The postponement decision is temporary. Say for example, the patient is told that he can not get a surgery until he gets a dentist to repair a tooth. At that point, a new query is run to see if the remaining conditions match well with good outcomes. The new query now has access to more data from other patients and it is possible it will identify a completely different confounding condition not even identified earlier. The procedure may be denied a second time for entirely different reasons because the available data has changed.
The problem is the process of mining big data. Big data mining is an iterative process that narrows down to the factors that produce the most confident recommendation. Different data from the patient or present in the data store can lead to different sets of factors. This becomes even more acute as more factors (or dimensions) become available to explore.
Even if an earlier analysis suggested that a single condition was preventing approval, removing that condition does not assure approval by the later query.
Big data does not solve the health care problem of pre-existing conditions. It simply provides an alternative approach to deny access to care based on those pre-existing conditions.
Conceding the point that this is approach is more fair than basing determination on wealth alone, I still see a major problem.
I agree that all of the technology can assemble huge numbers of records of vast populations. That massive amount of data can be queried quickly to find patterns related to a particular patient’s whole set of conditions.
My problem is my lack of trust in the data itself.
In my earlier posts (summarized here) I described various reasons to suspect the trustworthiness of data. I’m certain that the wide variety of data streams that will feed a health-care big-data store will have the full range of suspect data. My bias is that most of that data is suspect data.

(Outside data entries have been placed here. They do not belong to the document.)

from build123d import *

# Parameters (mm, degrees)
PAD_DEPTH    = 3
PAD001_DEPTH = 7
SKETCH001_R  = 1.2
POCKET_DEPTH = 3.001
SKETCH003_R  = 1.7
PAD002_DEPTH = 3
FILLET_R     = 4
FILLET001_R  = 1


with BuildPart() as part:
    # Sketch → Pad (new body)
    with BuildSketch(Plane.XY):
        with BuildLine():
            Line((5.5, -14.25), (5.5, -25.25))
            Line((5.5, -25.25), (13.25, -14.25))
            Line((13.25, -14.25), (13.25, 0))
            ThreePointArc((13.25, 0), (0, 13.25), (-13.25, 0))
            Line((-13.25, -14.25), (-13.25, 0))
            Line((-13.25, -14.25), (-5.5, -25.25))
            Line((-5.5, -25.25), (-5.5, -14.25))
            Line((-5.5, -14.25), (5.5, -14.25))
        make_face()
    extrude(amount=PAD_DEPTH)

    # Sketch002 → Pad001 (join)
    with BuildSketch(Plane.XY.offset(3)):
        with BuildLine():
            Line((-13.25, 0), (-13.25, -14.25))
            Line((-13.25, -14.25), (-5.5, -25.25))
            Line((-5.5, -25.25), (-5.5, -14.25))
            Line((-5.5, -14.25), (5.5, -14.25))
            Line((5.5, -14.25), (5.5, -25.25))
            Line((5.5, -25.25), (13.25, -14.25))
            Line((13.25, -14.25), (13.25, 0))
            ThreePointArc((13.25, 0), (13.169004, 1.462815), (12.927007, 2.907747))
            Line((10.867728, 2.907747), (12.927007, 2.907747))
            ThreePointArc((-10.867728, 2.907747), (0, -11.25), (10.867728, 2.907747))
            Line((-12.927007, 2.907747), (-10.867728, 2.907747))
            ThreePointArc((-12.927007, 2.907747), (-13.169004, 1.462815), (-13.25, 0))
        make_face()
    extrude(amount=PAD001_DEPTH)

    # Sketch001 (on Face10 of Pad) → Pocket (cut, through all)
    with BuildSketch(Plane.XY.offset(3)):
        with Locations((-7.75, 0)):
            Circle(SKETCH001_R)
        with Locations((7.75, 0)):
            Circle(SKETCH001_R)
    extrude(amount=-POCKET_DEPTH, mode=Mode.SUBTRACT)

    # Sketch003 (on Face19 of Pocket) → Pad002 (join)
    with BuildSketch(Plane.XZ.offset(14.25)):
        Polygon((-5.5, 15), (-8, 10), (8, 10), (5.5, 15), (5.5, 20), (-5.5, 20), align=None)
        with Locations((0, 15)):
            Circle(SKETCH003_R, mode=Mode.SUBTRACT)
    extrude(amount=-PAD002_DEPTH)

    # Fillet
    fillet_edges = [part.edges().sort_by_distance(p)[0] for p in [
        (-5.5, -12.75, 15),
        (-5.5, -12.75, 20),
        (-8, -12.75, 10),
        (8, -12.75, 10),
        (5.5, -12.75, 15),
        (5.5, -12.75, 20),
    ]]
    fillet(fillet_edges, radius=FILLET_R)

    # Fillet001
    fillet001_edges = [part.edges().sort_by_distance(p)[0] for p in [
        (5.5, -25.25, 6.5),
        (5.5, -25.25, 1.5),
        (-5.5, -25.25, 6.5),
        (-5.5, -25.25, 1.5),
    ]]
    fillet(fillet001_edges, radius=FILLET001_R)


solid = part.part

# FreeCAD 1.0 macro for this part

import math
import FreeCAD as App
import Part
import Sketcher
from FreeCAD import Vector
Q = App.Units.Quantity


def edges_at(feature, points):
    """Names of the edges that pass closest to the given points."""
    edges = feature.Shape.Edges
    near = lambda p: min(range(len(edges)), key=lambda i: edges[i].distToShape(Part.Vertex(*p))[0])
    return sorted({f"Edge{near(p) + 1}" for p in points})


def add_polygon(sketch, points):
    """Adds a closed chain of lines whose ends are joined by coincident constraints."""
    first, n = sketch.GeometryCount, len(points)
    for a, b in zip(points, points[1:] + points[:1]):
        sketch.addGeometry(Part.LineSegment(App.Vector(*a, 0), App.Vector(*b, 0)), False)
    for i in range(n):
        sketch.addConstraint(Sketcher.Constraint("Coincident", first + i, 2, first + (i + 1) % n, 1))

doc = App.newDocument("Part")
body = doc.addObject("PartDesign::Body", "Body")

# Sketch on XY plane
sketch1 = body.newObject("Sketcher::SketchObject", "Sketch")
sketch1.AttachmentSupport = (doc.getObject("XY_Plane"), [""])
sketch1.MapMode = "FlatFace"
sketch1.addGeometry([
    Part.LineSegment(Vector(6, -14, 0), Vector(6, -25, 0)),  # 0
    Part.LineSegment(Vector(6, -25, 0), Vector(13, -14, 0)),  # 1
    Part.LineSegment(Vector(13, -14, 0), Vector(13, 0, 0)),  # 2
    Part.ArcOfCircle(Part.Circle(Vector(0, 0, 0), Vector(0, 0, 1), 13), math.radians(0), math.radians(180)),  # 3
    Part.LineSegment(Vector(-13, 0, 0), Vector(-13, -14, 0)),  # 4
    Part.LineSegment(Vector(-13, -14, 0), Vector(-6, -25, 0)),  # 5
    Part.LineSegment(Vector(-6, -25, 0), Vector(-6, -14, 0)),  # 6
    Part.LineSegment(Vector(-6, -14, 0), Vector(6, -14, 0)),  # 7
], False)
sketch1.addConstraint([
    Sketcher.Constraint("Coincident", 0, 2, 1, 1),
    Sketcher.Constraint("Coincident", 1, 2, 2, 1),
    Sketcher.Constraint("Tangent", 2, 2, 3, 1),
    Sketcher.Constraint("Tangent", 3, 2, 4, 1),
    Sketcher.Constraint("Coincident", 4, 2, 5, 1),
    Sketcher.Constraint("Coincident", 5, 2, 6, 1),
    Sketcher.Constraint("Coincident", 6, 2, 7, 1),
    Sketcher.Constraint("Coincident", 7, 2, 0, 1),
    Sketcher.Constraint("Vertical", 0),
    Sketcher.Constraint("Vertical", 2),
    Sketcher.Constraint("Vertical", 4),
    Sketcher.Constraint("Vertical", 6),
    Sketcher.Constraint("Horizontal", 7),
    Sketcher.Constraint("Coincident", 3, 3, -1, 1),
    Sketcher.Constraint("Symmetric", 0, 2, 5, 2, -2),
    Sketcher.Constraint("Horizontal", 1, 2, 4, 2),
    Sketcher.Constraint("Horizontal", 4, 2, 6, 2),
    Sketcher.Constraint("Equal", 7, 0),
    Sketcher.Constraint("DistanceX", 7, 1, 7, 2, Q("11 mm")),
    Sketcher.Constraint("Radius", 3, Q("13.25 mm")),
    Sketcher.Constraint("DistanceY", 2, 1, 2, 2, Q("14.25 mm")),
])
pad1 = body.newObject("PartDesign::Pad", "Pad")
pad1.Profile = sketch1
pad1.Length = 3

# Sketch on XY plane
sketch2 = body.newObject("Sketcher::SketchObject", "Sketch001")
sketch2.AttachmentSupport = (doc.getObject("XY_Plane"), [""])
sketch2.MapMode = "FlatFace"
sketch2.AttachmentOffset = App.Placement(Vector(0, 0, 3), App.Rotation())
sketch2.addGeometry([
    Part.LineSegment(Vector(-13.25, 0, 0), Vector(-13.25, -14.25, 0)),  # 0
    Part.LineSegment(Vector(-13.25, -14.25, 0), Vector(-5.5, -25.25, 0)),  # 1
    Part.LineSegment(Vector(-5.5, -25.25, 0), Vector(-5.5, -14.25, 0)),  # 2
    Part.LineSegment(Vector(-5.5, -14.25, 0), Vector(5.5, -14.25, 0)),  # 3
    Part.LineSegment(Vector(5.5, -14.25, 0), Vector(5.5, -25.25, 0)),  # 4
    Part.LineSegment(Vector(5.5, -25.25, 0), Vector(13.25, -14.25, 0)),  # 5
    Part.LineSegment(Vector(13.25, -14.25, 0), Vector(13.25, 0, 0)),  # 6
    Part.ArcOfCircle(Part.Circle(Vector(-0.000044, -0.000004, 0), Vector(0, 0, 1), 13.250044), math.radians(0.000019), math.radians(12.676861)),  # 7
    Part.LineSegment(Vector(12.927007, 2.907747, 0), Vector(10.867728, 2.907747, 0)),  # 8
    Part.ArcOfCircle(Part.Circle(Vector(0, 0, 0), Vector(0, 0, 1), 11.25), math.radians(165.020918), math.radians(374.979082)),  # 9
    Part.LineSegment(Vector(-10.867728, 2.907747, 0), Vector(-12.927007, 2.907747, 0)),  # 10
    Part.ArcOfCircle(Part.Circle(Vector(0.000044, -0.000004, 0), Vector(0, 0, 1), 13.250044), math.radians(167.323139), math.radians(179.999981)),  # 11
], False)
sketch2.addConstraint([
    Sketcher.Constraint("Coincident", 0, 2, 1, 1),
    Sketcher.Constraint("Coincident", 1, 2, 2, 1),
    Sketcher.Constraint("Coincident", 2, 2, 3, 1),
    Sketcher.Constraint("Coincident", 3, 2, 4, 1),
    Sketcher.Constraint("Coincident", 4, 2, 5, 1),
    Sketcher.Constraint("Coincident", 5, 2, 6, 1),
    Sketcher.Constraint("Coincident", 6, 2, 7, 1),
    Sketcher.Constraint("Coincident", 7, 2, 8, 1),
    Sketcher.Constraint("Coincident", 8, 2, 9, 2),
    Sketcher.Constraint("Coincident", 9, 1, 10, 1),
    Sketcher.Constraint("Coincident", 10, 2, 11, 1),
    Sketcher.Constraint("Coincident", 11, 2, 0, 1),
    Sketcher.Constraint("Vertical", 0),
    Sketcher.Constraint("Vertical", 2),
    Sketcher.Constraint("Horizontal", 3),
    Sketcher.Constraint("Vertical", 4),
    Sketcher.Constraint("Vertical", 6),
    Sketcher.Constraint("Horizontal", 8),
    Sketcher.Constraint("Horizontal", 10),
    Sketcher.Constraint("Coincident", 9, 3, -1, 1),
    Sketcher.Constraint("PointOnObject", 6, 2, -1),
    Sketcher.Constraint("PointOnObject", 11, 2, -1),
    Sketcher.Constraint("DistanceX", 3, 1, 3, 2, Q("11 mm")),
    Sketcher.Constraint("DistanceY", 2, 1, 2, 2, Q("11 mm")),
    Sketcher.Constraint("DistanceY", 4, 2, 4, 1, Q("11 mm")),
    Sketcher.Constraint("Radius", 9, Q("11.25 mm")),
    Sketcher.Constraint("DistanceY", 1, 2, 0, 2, Q("11 mm")),
    Sketcher.Constraint("DistanceY", 4, 2, 5, 2, Q("11 mm")),
    Sketcher.Constraint("DistanceY", 0, 2, 0, 1, Q("14.25 mm")),
    Sketcher.Constraint("DistanceX", 1, 2, -1, 1, Q("5.5 mm")),
    Sketcher.Constraint("DistanceX", 0, 2, -1, 1, Q("13.25 mm")),
    Sketcher.Constraint("DistanceX", -1, 1, 5, 2, Q("13.25 mm")),
    Sketcher.Constraint("Radius", 7, Q("13.250044 mm")),
    Sketcher.Constraint("Radius", 11, Q("13.250044 mm")),
    Sketcher.Constraint("DistanceX", 8, 2, 8, 1, Q("2.059279 mm")),
    Sketcher.Constraint("DistanceX", 10, 2, 10, 1, Q("2.059279 mm")),
    Sketcher.Constraint("DistanceX", 9, 1, -1, 1, Q("10.867728 mm")),
    Sketcher.Constraint("DistanceY", 11, 3, 7, 2, Q("2.907751 mm")),
])
pad2 = body.newObject("PartDesign::Pad", "Pad001")
pad2.Profile = sketch2
pad2.Length = 7

# Sketch on XY plane
sketch3 = body.newObject("Sketcher::SketchObject", "Sketch002")
sketch3.AttachmentSupport = (doc.getObject("XY_Plane"), [""])
sketch3.MapMode = "FlatFace"
sketch3.AttachmentOffset = App.Placement(Vector(0, 0, 3), App.Rotation())
sketch3.addGeometry([
    Part.Circle(Vector(-7.8, 0, 0), Vector(0, 0, 1), 1.2),
    Part.Circle(Vector(7.8, 0, 0), Vector(0, 0, 1), 1.2),
], False)
sketch3.addConstraint([
    Sketcher.Constraint("Equal", 0, 1),
    Sketcher.Constraint("Symmetric", 0, 3, 1, 3, -1, 1),
    Sketcher.Constraint("PointOnObject", 0, 3, -1),
    Sketcher.Constraint("Diameter", 0, Q("2.4 mm")),
    Sketcher.Constraint("DistanceX", 0, 3, 1, 3, Q("15.5 mm")),
])
pocket1 = body.newObject("PartDesign::Pocket", "Pocket")
pocket1.Profile = sketch3
pocket1.Type = "ThroughAll"

# Sketch on XZ plane
sketch4 = body.newObject("Sketcher::SketchObject", "Sketch003")
sketch4.AttachmentSupport = (doc.getObject("XZ_Plane"), [""])
sketch4.MapMode = "FlatFace"
sketch4.AttachmentOffset = App.Placement(Vector(0, 0, 14.25), App.Rotation())
add_polygon(sketch4, [(-5.5, 15), (-8, 10), (8, 10), (5.5, 15), (5.5, 20), (-5.5, 20)])  # lines 0-5
sketch4.addGeometry(Part.Circle(Vector(0, 15, 0), Vector(0, 0, 1), 1.7), False)  # 6
sketch4.addConstraint([
    Sketcher.Constraint("Horizontal", 1),
    Sketcher.Constraint("Vertical", 3),
    Sketcher.Constraint("Horizontal", 4),
    Sketcher.Constraint("Vertical", 5),
    Sketcher.Constraint("Symmetric", 2, 2, 5, 2, -2),
    Sketcher.Constraint("PointOnObject", 6, 3, -2),
    Sketcher.Constraint("Horizontal", 6, 3, 2, 2),
    Sketcher.Constraint("Equal", 0, 2),
    Sketcher.Constraint("Diameter", 6, Q("3.4 mm")),
    Sketcher.Constraint("DistanceX", 1, 1, 1, 2, Q("16 mm")),
    Sketcher.Constraint("DistanceX", 4, 2, 4, 1, Q("11 mm")),
    Sketcher.Constraint("DistanceY", 3, 1, 3, 2, Q("5 mm")),
    Sketcher.Constraint("DistanceY", -1, 1, 6, 3, Q("15 mm")),
    Sketcher.Constraint("DistanceY", -1, 1, 0, 2, Q("10 mm")),
])
pad3 = body.newObject("PartDesign::Pad", "Pad002")
pad3.Profile = sketch4
pad3.Length = 3
pad3.Reversed = True
doc.recompute()

fillet = body.newObject("PartDesign::Fillet", "Fillet")
fillet.Base = (pad3, edges_at(pad3, [
    (-5.5, -12.75, 15),
    (-5.5, -12.75, 20),
    (-8, -12.75, 10),
    (8, -12.75, 10),
    (5.5, -12.75, 15),
    (5.5, -12.75, 20),
]))
fillet.Radius = 4
doc.recompute()

fillet2 = body.newObject("PartDesign::Fillet", "Fillet001")
fillet2.Base = (fillet, edges_at(fillet, [
    (5.5, -25.25, 5),
    (5.5, -25.25, 5),
    (-5.5, -25.25, 5),
    (-5.5, -25.25, 5),
]))
fillet2.Radius = 1

doc.recompute()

We can solve the trust problem by investing in sufficient data science analysis to continuously and thoroughly scrutinize the data feeds to verify their quality to support the intended purposes of provisioning health care to individuals. If this kind of scrutiny is occurring, it is likely to be invisible to the consumer. I strongly suspect the scrutiny will be insufficient and what little there is will be employed only during the design phase of the project. I suspect there will be virtually no routine review of data quality during the operational phase of the system. From what I can tell, we are assuming that all health care data will be gold-standard bright data needing no routine scrutiny. I’m think most data will have far more problems than that.
Technology is not the limiting factor for building big data systems. The limiting factor is the labor required to assure that data remains trustworthy. Very little of that data is trusted so highly it never needs scrutiny after the initial design. The limitation comes from our unwillingness to budget for the routine review of these data as the data evolves over time. We want to believe that as long as the physical equipment or the designed software is the same, the quality of the results will remain the same. I don’t accept that assumption for such big data schemes envisioned for health care provisioning.
Big data is not the solution to the health care reform. It is likely to harm it. The current sentiment is that big data is very effective and technology available today makes it possible. We believe that because we are conveniently ignoring the problem that the data is not all equally of high quality. The big data will be contaminated with bad data that will end up making bad decisions. Those bad decisions and the bad data cause of those decisions will become known and become politically toxic.